# Puppy strangles



## Wildflower (Dec 6, 2009)

Has anybody ever heard of or had experience with puppy strangles? There are other names to call it, but this seems to be the most common.

Holly's brother -- at 7 months old -- has been diagnosed with puppy strangles. I have read _everything_ possible about it and I thought for sure he had been misdiagnosed. It usually occurs in puppies under 4 months of age but can happen to older dogs -- although rather rare. But, the vet did two cultures and both determined this is definitely what he has.

It is only affecting his eyes. They look pretty nasty. I thought it would be cherry eye when I first heard about it but when I saw him, it definitely was not. He is on week 3 of treatment -- steroids. The first week he had swollen glands and those have gone away and not returned. He's still his very rambunctious self but a bit toned down...

Just curious if anybody else has encountered this. I did a search on the forum, but it's never been discussed before.

Thanks!


----------



## Lunastar (Feb 9, 2009)

I have never even heard of this.


----------



## Missy (Nov 6, 2006)

I had not heard of it either but it sounds scary. Here's an article I found. Is Holly's Brother on steroids? I know one puppy on here had pyoderma which is listed as a symptom in the article but it I believe it was bacterial not autoimmune.

http://www.petplace.com/dogs/puppy-strangles/page1.aspx


----------



## HavaneseSoon (Nov 4, 2008)

Actually I was afraid to even look at this post, because I do not like sad things. I have never heard of this condition, but keep us posted so we can learn about conditions.


----------



## krandall (Jun 11, 2009)

Missy said:


> I had not heard of it either but it sounds scary. Here's an article I found. Is Holly's Brother on steroids? I know one puppy on here had pyoderma which is listed as a symptom in the article but it I believe it was bacterial not autoimmune.
> 
> http://www.petplace.com/dogs/puppy-strangles/page1.aspx


Kodi had puppy pyoderma twice in short succession when he was very little. I was told that it is usually either a Staff or Strep infection of the skin, and often gets started from the tiniest break in the skin... Even a bug bite or a scratch from plying with another puppy.

The good news is that it cleared up after a second course of antibiotics.

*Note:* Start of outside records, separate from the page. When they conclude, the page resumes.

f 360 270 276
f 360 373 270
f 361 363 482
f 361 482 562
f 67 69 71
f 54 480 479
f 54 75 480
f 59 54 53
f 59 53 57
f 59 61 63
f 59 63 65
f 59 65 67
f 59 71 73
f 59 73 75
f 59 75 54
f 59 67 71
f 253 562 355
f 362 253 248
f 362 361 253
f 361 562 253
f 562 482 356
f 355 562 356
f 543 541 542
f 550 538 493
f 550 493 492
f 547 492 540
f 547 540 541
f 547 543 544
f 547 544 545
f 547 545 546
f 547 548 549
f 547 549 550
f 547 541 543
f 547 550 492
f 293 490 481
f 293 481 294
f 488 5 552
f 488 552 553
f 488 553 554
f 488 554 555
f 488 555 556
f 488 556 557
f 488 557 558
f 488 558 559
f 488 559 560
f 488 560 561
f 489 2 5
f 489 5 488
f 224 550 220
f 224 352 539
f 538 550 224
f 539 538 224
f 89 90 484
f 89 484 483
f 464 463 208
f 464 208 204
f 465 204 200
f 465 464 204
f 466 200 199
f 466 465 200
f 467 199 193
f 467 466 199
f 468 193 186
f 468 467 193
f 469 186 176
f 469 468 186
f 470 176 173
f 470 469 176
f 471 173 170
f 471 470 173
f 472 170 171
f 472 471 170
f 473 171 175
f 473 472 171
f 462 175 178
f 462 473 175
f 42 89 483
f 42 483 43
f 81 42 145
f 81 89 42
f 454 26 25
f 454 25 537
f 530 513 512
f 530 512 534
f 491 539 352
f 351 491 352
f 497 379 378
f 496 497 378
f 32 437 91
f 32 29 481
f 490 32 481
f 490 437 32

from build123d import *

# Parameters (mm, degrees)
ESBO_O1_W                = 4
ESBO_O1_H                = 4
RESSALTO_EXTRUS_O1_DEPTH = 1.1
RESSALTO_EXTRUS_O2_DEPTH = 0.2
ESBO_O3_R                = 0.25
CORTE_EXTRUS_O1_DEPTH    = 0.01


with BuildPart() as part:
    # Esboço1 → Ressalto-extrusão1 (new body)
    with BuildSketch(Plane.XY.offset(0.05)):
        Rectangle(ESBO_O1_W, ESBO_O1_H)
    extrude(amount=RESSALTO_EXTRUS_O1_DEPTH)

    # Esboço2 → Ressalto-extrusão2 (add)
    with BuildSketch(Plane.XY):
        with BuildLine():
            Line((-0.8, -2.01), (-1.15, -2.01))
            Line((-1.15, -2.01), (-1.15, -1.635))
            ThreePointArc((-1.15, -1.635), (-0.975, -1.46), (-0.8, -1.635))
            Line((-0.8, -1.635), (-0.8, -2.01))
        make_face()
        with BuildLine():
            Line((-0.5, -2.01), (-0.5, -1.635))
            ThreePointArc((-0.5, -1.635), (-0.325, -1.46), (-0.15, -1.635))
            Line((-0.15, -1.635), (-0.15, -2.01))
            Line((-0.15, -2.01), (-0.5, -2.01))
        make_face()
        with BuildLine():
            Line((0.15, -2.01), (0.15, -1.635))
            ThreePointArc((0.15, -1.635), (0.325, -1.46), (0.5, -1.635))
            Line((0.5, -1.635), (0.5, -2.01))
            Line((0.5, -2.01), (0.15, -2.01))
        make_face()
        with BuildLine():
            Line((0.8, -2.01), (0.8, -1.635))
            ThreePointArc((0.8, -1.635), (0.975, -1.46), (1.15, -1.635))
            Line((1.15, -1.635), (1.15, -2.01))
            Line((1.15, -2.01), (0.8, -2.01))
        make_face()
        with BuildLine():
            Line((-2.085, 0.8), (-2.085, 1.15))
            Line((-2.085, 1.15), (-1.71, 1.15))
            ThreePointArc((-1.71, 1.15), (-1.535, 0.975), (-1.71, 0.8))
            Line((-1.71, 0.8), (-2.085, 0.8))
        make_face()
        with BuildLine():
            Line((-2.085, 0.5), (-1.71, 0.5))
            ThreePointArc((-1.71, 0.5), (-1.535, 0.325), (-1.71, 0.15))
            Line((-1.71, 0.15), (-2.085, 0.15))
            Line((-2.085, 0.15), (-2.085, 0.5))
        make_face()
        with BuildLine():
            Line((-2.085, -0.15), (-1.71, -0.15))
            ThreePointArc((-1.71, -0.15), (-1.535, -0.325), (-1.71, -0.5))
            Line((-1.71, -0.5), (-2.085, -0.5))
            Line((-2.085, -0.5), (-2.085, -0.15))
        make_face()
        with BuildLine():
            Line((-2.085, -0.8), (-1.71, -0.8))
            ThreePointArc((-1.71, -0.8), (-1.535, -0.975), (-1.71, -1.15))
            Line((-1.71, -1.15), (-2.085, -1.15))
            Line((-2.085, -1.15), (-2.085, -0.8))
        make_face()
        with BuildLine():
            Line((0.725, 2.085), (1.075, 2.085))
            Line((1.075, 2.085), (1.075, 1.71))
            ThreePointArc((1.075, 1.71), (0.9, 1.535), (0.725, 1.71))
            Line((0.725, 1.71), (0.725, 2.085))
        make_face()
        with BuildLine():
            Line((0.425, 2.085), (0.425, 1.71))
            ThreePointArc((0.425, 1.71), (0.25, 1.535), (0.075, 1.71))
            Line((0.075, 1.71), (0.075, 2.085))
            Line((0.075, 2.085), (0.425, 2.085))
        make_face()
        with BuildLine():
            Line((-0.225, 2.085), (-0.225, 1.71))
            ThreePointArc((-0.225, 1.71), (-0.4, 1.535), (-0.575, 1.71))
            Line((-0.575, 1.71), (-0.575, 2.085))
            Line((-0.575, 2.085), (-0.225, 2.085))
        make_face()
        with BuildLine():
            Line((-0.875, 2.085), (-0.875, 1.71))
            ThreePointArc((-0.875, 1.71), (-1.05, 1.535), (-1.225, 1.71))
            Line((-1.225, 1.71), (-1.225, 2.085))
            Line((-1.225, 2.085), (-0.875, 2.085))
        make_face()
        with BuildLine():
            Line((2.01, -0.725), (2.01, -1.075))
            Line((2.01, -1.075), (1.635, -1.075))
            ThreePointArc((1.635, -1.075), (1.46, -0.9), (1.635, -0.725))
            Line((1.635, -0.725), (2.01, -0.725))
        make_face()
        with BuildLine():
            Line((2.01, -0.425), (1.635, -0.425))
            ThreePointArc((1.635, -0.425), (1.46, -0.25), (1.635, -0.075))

The bad news is tha the antibiotics that they use for it ar a cephalosporin... Not a problem unless, like me, you are violently allergic to them. Fortunately, they were able to give it to him in long lasting shots (the shot lasted 2 weeks) so that I didn't have to handle the drugs.

The vet told me that rarely you have a puppy who gets it over and over, and then you need to look for an underlying immune problem. But getting it once or twice is not that uncommon. (in Kodi's case, it was probably one infection, but just needed more than the initial 2week treatment to completely clear his system) His symptoms were little red bumps all over his legs and belly. Otherwise, he seemed fine. There is a lot of really scary stuff you can read about it on the Internet, but all my vet friends seemed relatively unconcerned about it.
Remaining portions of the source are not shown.